By Staff | Feb 13, 2015

Valentine’s Day can be a tricky proposition for us guys much in the same way that playing with balloons can be a tricky proposition for porcupines.

For some reason, it seems that society (mostly the female portion) expects us guys to be virtuosos of all things romantic.

This despite overwhelming evidence that most of us have no such skills and that many, such as me, actually have a negative romance IQ.

My unromantic instincts revealed themselves in seventh grade, when my buddies and I noticed a startling development regarding the girls – many of them were starting to develop.
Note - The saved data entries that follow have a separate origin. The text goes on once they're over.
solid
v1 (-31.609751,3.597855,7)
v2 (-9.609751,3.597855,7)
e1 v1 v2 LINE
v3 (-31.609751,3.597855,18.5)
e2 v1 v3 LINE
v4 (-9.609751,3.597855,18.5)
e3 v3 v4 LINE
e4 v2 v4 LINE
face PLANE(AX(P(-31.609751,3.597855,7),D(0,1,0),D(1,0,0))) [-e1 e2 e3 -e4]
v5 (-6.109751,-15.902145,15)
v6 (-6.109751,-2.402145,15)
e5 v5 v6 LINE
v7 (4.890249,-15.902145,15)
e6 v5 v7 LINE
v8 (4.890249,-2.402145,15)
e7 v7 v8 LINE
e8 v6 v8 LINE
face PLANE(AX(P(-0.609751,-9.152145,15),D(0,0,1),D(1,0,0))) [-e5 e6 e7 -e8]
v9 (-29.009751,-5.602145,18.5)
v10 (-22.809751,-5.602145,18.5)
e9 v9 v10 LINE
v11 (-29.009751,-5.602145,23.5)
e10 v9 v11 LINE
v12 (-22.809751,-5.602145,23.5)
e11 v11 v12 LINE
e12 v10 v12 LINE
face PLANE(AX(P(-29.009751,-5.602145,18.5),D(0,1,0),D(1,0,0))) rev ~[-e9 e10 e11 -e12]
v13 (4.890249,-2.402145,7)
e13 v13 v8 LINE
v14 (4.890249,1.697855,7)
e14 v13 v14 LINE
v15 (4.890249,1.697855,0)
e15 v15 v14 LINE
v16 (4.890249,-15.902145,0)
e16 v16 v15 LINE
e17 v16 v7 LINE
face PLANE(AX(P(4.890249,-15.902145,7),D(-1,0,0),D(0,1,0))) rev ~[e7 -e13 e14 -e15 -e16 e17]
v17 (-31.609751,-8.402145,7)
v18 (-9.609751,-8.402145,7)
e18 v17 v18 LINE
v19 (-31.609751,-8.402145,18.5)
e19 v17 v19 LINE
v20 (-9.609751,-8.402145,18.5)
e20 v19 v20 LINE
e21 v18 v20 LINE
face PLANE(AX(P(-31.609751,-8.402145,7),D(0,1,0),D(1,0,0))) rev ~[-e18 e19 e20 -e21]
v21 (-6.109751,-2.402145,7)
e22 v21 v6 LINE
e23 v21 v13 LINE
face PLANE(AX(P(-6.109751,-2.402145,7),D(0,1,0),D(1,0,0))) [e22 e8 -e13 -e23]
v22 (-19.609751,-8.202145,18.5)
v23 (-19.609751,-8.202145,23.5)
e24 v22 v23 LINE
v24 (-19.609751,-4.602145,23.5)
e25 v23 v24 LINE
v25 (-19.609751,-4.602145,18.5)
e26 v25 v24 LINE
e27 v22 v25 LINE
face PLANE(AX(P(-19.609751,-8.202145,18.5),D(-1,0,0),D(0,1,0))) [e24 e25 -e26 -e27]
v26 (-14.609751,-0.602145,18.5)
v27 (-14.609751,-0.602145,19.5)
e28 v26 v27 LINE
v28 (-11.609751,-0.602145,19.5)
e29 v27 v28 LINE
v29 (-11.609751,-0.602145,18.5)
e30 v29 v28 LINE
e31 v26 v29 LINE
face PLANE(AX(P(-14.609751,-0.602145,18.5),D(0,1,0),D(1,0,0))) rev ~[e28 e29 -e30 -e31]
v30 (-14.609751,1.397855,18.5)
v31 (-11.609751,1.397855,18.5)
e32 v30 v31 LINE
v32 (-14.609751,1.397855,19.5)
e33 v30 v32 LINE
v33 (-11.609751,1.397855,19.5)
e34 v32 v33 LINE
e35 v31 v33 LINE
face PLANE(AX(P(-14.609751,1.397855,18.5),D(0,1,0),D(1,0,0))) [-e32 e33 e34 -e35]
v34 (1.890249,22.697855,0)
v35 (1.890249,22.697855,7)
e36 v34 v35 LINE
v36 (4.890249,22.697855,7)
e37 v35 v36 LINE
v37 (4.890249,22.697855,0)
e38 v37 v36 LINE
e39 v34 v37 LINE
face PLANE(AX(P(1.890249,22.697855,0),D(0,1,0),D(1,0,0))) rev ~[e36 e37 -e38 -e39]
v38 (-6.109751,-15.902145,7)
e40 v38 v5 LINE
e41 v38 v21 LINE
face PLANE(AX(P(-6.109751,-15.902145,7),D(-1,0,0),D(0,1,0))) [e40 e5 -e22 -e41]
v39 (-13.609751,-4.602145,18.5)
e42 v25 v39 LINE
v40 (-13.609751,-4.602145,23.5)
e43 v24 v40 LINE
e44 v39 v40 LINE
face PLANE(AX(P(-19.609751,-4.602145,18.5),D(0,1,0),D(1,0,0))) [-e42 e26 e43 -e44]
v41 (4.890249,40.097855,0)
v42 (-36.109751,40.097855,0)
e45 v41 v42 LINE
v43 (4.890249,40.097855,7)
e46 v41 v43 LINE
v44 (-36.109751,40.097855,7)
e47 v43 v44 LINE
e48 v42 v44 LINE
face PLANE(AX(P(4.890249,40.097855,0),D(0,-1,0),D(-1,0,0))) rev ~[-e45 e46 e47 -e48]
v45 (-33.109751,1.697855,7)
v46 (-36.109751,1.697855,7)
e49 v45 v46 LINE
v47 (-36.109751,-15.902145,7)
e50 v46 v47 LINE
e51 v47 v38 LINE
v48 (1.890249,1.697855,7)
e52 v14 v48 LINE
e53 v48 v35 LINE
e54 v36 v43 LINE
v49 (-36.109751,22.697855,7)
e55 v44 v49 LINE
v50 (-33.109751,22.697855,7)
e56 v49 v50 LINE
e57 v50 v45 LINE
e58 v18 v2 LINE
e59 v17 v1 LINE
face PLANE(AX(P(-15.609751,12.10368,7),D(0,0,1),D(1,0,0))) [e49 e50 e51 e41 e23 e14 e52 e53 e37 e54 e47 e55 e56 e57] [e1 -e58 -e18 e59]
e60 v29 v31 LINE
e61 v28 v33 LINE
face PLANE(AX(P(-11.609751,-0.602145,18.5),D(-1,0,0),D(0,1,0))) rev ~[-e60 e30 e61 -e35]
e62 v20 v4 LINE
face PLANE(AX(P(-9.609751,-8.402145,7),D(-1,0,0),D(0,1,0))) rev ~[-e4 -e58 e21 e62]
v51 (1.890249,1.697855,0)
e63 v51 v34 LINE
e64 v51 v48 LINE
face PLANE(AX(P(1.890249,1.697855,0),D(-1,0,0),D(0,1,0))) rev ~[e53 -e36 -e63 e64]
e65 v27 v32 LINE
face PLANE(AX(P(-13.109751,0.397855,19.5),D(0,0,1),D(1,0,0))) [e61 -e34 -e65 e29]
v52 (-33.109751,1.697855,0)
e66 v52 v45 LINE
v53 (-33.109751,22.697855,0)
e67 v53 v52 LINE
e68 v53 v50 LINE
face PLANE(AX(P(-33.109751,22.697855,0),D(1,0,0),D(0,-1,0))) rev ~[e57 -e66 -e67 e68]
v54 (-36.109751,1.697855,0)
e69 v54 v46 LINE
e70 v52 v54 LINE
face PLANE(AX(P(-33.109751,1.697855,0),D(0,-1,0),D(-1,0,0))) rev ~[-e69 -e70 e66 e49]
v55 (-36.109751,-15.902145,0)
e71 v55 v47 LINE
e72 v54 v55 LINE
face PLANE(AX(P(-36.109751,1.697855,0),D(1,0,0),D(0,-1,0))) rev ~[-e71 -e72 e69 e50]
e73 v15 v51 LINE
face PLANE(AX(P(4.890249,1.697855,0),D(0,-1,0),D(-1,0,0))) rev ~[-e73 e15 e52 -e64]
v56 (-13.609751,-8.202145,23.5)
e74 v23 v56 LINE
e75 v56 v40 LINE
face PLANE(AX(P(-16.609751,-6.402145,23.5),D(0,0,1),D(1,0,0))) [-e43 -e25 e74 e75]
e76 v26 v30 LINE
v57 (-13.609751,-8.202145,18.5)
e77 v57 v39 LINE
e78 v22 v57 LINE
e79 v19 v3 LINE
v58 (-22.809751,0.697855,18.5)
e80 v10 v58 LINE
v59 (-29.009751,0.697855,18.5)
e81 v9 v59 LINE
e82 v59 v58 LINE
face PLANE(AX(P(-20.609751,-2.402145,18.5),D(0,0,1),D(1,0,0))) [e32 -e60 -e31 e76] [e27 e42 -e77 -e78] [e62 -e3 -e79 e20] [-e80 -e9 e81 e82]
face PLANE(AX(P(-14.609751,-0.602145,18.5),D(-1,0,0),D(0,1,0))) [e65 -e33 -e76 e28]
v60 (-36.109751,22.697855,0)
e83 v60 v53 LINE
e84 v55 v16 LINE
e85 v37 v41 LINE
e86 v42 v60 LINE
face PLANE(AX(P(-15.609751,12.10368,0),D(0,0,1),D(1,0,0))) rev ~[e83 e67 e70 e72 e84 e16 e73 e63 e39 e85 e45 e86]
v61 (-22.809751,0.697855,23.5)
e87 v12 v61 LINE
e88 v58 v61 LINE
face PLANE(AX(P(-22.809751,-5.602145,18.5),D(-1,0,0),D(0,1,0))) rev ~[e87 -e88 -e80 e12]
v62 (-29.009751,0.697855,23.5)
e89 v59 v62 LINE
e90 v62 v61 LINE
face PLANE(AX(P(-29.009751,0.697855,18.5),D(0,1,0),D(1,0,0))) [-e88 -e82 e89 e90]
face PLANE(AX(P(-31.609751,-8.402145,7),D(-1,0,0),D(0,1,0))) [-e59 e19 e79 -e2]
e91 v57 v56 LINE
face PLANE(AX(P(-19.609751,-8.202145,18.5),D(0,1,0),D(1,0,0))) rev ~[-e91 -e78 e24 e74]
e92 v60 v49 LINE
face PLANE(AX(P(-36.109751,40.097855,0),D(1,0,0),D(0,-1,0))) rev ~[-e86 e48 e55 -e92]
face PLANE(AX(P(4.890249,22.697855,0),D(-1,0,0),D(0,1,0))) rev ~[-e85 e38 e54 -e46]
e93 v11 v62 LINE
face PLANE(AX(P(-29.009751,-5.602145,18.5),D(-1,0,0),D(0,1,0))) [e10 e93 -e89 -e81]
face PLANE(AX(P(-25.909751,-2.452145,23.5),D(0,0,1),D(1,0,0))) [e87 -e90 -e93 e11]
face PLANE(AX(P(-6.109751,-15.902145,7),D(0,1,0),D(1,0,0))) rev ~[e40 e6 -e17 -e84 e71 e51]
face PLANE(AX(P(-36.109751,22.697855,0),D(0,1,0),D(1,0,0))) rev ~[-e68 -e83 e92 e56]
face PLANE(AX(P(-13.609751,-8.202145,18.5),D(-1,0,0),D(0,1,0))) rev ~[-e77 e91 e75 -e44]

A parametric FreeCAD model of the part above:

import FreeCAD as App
import Part
import Sketcher

V = App.Vector
Q = App.Units.Quantity


def add_polygon(sketch, points):
    """Adds a closed chain of lines whose ends are joined by coincident constraints."""
    first, n = sketch.GeometryCount, len(points)
    for a, b in zip(points, points[1:] + points[:1]):
        sketch.addGeometry(Part.LineSegment(App.Vector(*a, 0), App.Vector(*b, 0)), False)
    for i in range(n):
        sketch.addConstraint(Sketcher.Constraint("Coincident", first + i, 2, first + (i + 1) % n, 1))

doc = App.newDocument("Part")
params = doc.addObject("Spreadsheet::Sheet", "Params")
for row, (alias, value) in enumerate([
    ("sketch1_width", "41 mm"),
    ("sketch1_width2", "3 mm"),
    ("sketch1_height", "21 mm"),
    ("sketch1_height2", "17.4 mm"),
    ("sketch1_height3", "17.6 mm"),
    ("pad1_length", "7 mm"),
    ("sketch2_width", "11 mm"),
    ("sketch2_height", "13.5 mm"),
    ("pad2_length", "8 mm"),
    ("sketch3_width", "22 mm"),
    ("sketch3_height", "12 mm"),
    ("pad3_length", "11.5 mm"),
    ("sketch4_width", "3 mm"),
    ("sketch4_height", "2 mm"),
    ("pad4_length", "1 mm"),
    ("sketch5_width", "6 mm"),
    ("sketch5_width2", "6.2 mm"),
    ("sketch5_height", "6.3 mm"),
    ("sketch5_height2", "3.6 mm"),
    ("pad5_length", "5 mm"),
], start=1):
    params.set(f"A{row}", alias)
    params.set(f"B{row}", "=" + value)
    params.setAlias(f"B{row}", alias)

body = doc.addObject("PartDesign::Body", "Body")

sketch1 = body.newObject("Sketcher::SketchObject", "Sketch")
sketch1.AttachmentSupport = (doc.getObject("XY_Plane"), [""])
sketch1.MapMode = "FlatFace"
add_polygon(sketch1, [(4.890249, 40.097855), (-36.109751, 40.097855), (-36.109751, 22.697855), (-33.109751, 22.697855), (-33.109751, 1.697855), (-36.109751, 1.697855), (-36.109751, -15.902145), (4.890249, -15.902145), (4.890249, 1.697855), (1.890249, 1.697855), (1.890249, 22.697855), (4.890249, 22.697855)])
sketch1.addConstraint([
    Sketcher.Constraint("Horizontal", 0),
    Sketcher.Constraint("Vertical", 1),
    Sketcher.Constraint("Horizontal", 2),
    Sketcher.Constraint("Vertical", 3),
    Sketcher.Constraint("Horizontal", 4),
    Sketcher.Constraint("Vertical", 5),
    Sketcher.Constraint("Horizontal", 6),
    Sketcher.Constraint("Vertical", 7),
    Sketcher.Constraint("Horizontal", 8),
    Sketcher.Constraint("Vertical", 9),
    Sketcher.Constraint("Horizontal", 10),
    Sketcher.Constraint("Vertical", 11),
    Sketcher.Constraint("Horizontal", 4, 2, 7, 2),
    Sketcher.Constraint("Horizontal", 2, 2, 9, 2),
    Sketcher.Constraint("Vertical", 1, 2, 4, 2),
    Sketcher.Constraint("Vertical", 7, 2, 10, 2),
    Sketcher.Constraint("Equal", 4, 8),
    Sketcher.Constraint("DistanceX", 0, 2, 0, 1, Q("41 mm")),
    Sketcher.Constraint("DistanceX", 2, 1, 2, 2, Q("3 mm")),
    Sketcher.Constraint("DistanceY", 3, 2, 3, 1, Q("21 mm")),
    Sketcher.Constraint("DistanceY", 1, 2, 1, 1, Q("17.4 mm")),
    Sketcher.Constraint("DistanceY", 5, 2, 5, 1, Q("17.6 mm")),
    Sketcher.Constraint("DistanceX", 0, 2, -1, 1, Q("36.109751 mm")),
    Sketcher.Constraint("DistanceY", -1, 1, 0, 2, Q("40.097855 mm")),
])
sketch1.setExpression("Constraints[29]", "Params.sketch1_width")
sketch1.setExpression("Constraints[30]", "Params.sketch1_width2")
sketch1.setExpression("Constraints[31]", "Params.sketch1_height")
sketch1.setExpression("Constraints[32]", "Params.sketch1_height2")
sketch1.setExpression("Constraints[33]", "Params.sketch1_height3")
pad1 = body.newObject("PartDesign::Pad", "Pad")
pad1.Profile = sketch1
pad1.setExpression("Length", "Params.pad1_length")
Up until then, we boys had regarded our female classmate as a species that warranted only mild curiosity. Girls generally spent recess gathered in small herds, talking, whispering, sharing secret girl stuff.

They had zero interest in joining our marathon game of No Rules Kickball, which lasted all the way through elementary school.
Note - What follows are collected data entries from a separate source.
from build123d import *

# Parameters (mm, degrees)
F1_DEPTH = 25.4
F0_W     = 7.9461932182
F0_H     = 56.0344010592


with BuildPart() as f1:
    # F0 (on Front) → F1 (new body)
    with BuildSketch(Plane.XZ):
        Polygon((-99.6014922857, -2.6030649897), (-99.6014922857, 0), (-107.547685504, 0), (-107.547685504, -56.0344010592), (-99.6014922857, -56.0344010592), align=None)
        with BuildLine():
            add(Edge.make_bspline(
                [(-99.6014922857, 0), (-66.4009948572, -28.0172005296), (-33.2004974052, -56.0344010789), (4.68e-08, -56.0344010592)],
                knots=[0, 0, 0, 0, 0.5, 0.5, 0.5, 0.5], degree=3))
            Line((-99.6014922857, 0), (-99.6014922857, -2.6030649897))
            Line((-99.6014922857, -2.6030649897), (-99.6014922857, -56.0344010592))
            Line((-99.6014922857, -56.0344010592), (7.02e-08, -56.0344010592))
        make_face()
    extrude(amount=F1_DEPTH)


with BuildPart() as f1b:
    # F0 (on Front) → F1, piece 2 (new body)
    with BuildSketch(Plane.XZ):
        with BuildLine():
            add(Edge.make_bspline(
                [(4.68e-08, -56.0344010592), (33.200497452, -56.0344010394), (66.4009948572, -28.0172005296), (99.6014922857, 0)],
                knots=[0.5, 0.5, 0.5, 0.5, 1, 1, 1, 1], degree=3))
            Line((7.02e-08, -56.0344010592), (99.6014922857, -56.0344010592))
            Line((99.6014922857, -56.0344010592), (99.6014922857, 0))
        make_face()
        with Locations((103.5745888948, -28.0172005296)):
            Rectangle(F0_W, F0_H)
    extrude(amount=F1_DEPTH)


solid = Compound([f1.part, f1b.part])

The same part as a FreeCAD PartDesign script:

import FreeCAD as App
import Part
import Sketcher
Q = App.Units.Quantity

doc = App.newDocument("Part")
body = doc.addObject("PartDesign::Body", "Body")

sketch1 = doc.addObject("Sketcher::SketchObject", "Sketch")
body.addObject(sketch1)
sketch1.AttachmentSupport = (doc.XZ_Plane, [""])
sketch1.MapMode = "FlatFace"
sketch1.addGeometry(Part.LineSegment(App.Vector(-99.601492, 0, 0), App.Vector(-107.547686, 0, 0)), False)
sketch1.addGeometry(Part.LineSegment(App.Vector(-107.547686, 0, 0), App.Vector(-107.547686, -56.034401, 0)), False)
sketch1.addGeometry(Part.LineSegment(App.Vector(-107.547686, -56.034401, 0), App.Vector(0, -56.034401, 0)), False)
sketch1.addGeometry(Part.BSplineCurve([App.Vector(-99.601492, 0, 0), App.Vector(-66.400995, -28.017201, 0), App.Vector(-33.200497, -56.034401, 0), App.Vector(0, -56.034401, 0)], [4, 4], [0, 0.5], False, 3, [1, 1, 1, 1], False), False)
sketch1.addConstraint(Sketcher.Constraint("Block", 3))
sketch1.addConstraint(Sketcher.Constraint("Coincident", 0, 2, 1, 1))
sketch1.addConstraint(Sketcher.Constraint("Coincident", 1, 2, 2, 1))
sketch1.addConstraint(Sketcher.Constraint("Coincident", 2, 2, 3, 2))
sketch1.addConstraint(Sketcher.Constraint("Coincident", 3, 1, 0, 1))
sketch1.addConstraint(Sketcher.Constraint("Horizontal", 0))
sketch1.addConstraint(Sketcher.Constraint("Vertical", 1))
sketch1.addConstraint(Sketcher.Constraint("Horizontal", 2))
sketch1.addConstraint(Sketcher.Constraint("DistanceX", 0, 2, 0, 1, Q("7.946193 mm")))
pad1 = doc.addObject("PartDesign::Pad", "Pad")
body.addObject(pad1)
pad1.Profile = sketch1
pad1.Length = Q("1 in")
body2 = doc.addObject("PartDesign::Body", "Body001")

sketch2 = doc.addObject("Sketcher::SketchObject", "Sketch001")
body2.addObject(sketch2)
sketch2.AttachmentSupport = (doc.getObject("XZ_Plane001"), [""])
sketch2.MapMode = "FlatFace"
sketch2.addGeometry(Part.BSplineCurve([App.Vector(0, -56.034401, 0), App.Vector(33.200497, -56.034401, 0), App.Vector(66.400995, -28.017201, 0), App.Vector(99.601492, 0, 0)], [4, 4], [0.5, 1], False, 3, [1, 1, 1, 1], False), False)
sketch2.addGeometry(Part.LineSegment(App.Vector(0, -56.034401, 0), App.Vector(107.547686, -56.034401, 0)), False)
sketch2.addGeometry(Part.LineSegment(App.Vector(107.547686, -56.034401, 0), App.Vector(107.547686, 0, 0)), False)
sketch2.addGeometry(Part.LineSegment(App.Vector(107.547686, 0, 0), App.Vector(99.601492, 0, 0)), False)
sketch2.addConstraint(Sketcher.Constraint("Block", 0))
sketch2.addConstraint(Sketcher.Constraint("Coincident", 0, 1, 1, 1))
sketch2.addConstraint(Sketcher.Constraint("Coincident", 1, 2, 2, 1))
sketch2.addConstraint(Sketcher.Constraint("Coincident", 2, 2, 3, 1))
sketch2.addConstraint(Sketcher.Constraint("Coincident", 3, 2, 0, 2))
sketch2.addConstraint(Sketcher.Constraint("Horizontal", 1))
sketch2.addConstraint(Sketcher.Constraint("Vertical", 2))
sketch2.addConstraint(Sketcher.Constraint("Horizontal", 3))
sketch2.addConstraint(Sketcher.Constraint("DistanceX", 1, 1, 1, 2, Q("107.547685 mm")))
pad2 = doc.addObject("PartDesign::Pad", "Pad001")
body2.addObject(pad2)
pad2.Profile = sketch2
pad2.Length = Q("1 in")

doc.recompute()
But then the girls began to acquire curves. We boys found this new look fascinating, although we couldn’t say exactly why.

Girls – the creatures whom we had ignored due to their total lack of kickball skills – were suddenly infinitely intriguing.

Our social hierarchy was thrown into a cement mixer. We boys now had to consider the feelings of an entirely new segment of the population.

It wasn’t long before a particular boy expressed a romantic interest in a particular girl. The girls got wind of this and dispatched an emissary to make inquiries.

Was it true that the boy liked the girl? Did he simply “like” her or did he, in fact, “really like” her?

Notes were sent back and forth. The girl couriers had the demeanor of a person who had been entrusted with super-secret high-level diplomatic correspondences.

The fate of future generations was in their hands.

Soon it became known that the boy and the girl were going steady, which meant that the boy was allowed to walk beside the girl between classes. When he was also allowed to carry her books, it was declared that things were getting serious.

The rest of us boys instantly began to want to go steady. We signaled our deep feelings toward the girls by hanging around near them and punching each other in the shoulder.

As Valentine’s Day drew near, the pressure to be going steady skyrocketed. Anyone who was single on the most romantic day of the year would be looked down upon as a lonesome loser.

One girl seemed especially going steady-worthy to me. She was tall and gangly and had mousy hair.

In addition to these obvious charms, she possessed a quality that I found supremely attractive, namely, she was unattached.

I cranked up my courage and sent a message through the proper channels. A female envoy carrying a piece of paper soon approached me.

A note. My heart jackhammered in my chest.

But it wasn’t a note. The girl plenipotentiary instead popped the paper into a beak-shaped fortune teller.

“Ellen says that she isn’t sure what to do so she’s going to let the fortuneteller decide,” said the courier as she chewed her bubblegum meaningfully.

I dutifully chose a color on the outside and a number on the inside.

“It says ‘not likely,'” said the go-between, her smile betraying secret knowledge.

I was crushed. Not just because Ellen was my only shot at having an official Valentine’s steady, but also because I knew that this debacle would be discussed and dissected and whispered about for months.

I later happened to see a familiar-looking wad of paper in the trash. It was the fortuneteller that had dashed my romantic hopes.

Reading its contents, I learned that its answers ranged from “Fat chance” to “I would rather kiss a moose” and realized that I had actually been let down easy.

I was grateful that Fate had been so kind.

It’s been said that we learn more from our failures than our successes, but this doesn’t seem true for me.

Many years later, when I first set eyes on the young woman who would become my wife, I telegraphed my interest in her by punching my buddy Steve in the shoulder.

Good thing he was there or else I would have been forced to punch my own shoulder.

My wife and I have now spent more than 30 Valentine’s Days together. Flowers and candy are fine for this occasion, but I prefer something handmade.

Not only is this more romantic, it’s usually less expensive.

This year, I think a paper fortuneteller might do the trick. And I have a pretty good idea of what type of messages it won’t contain.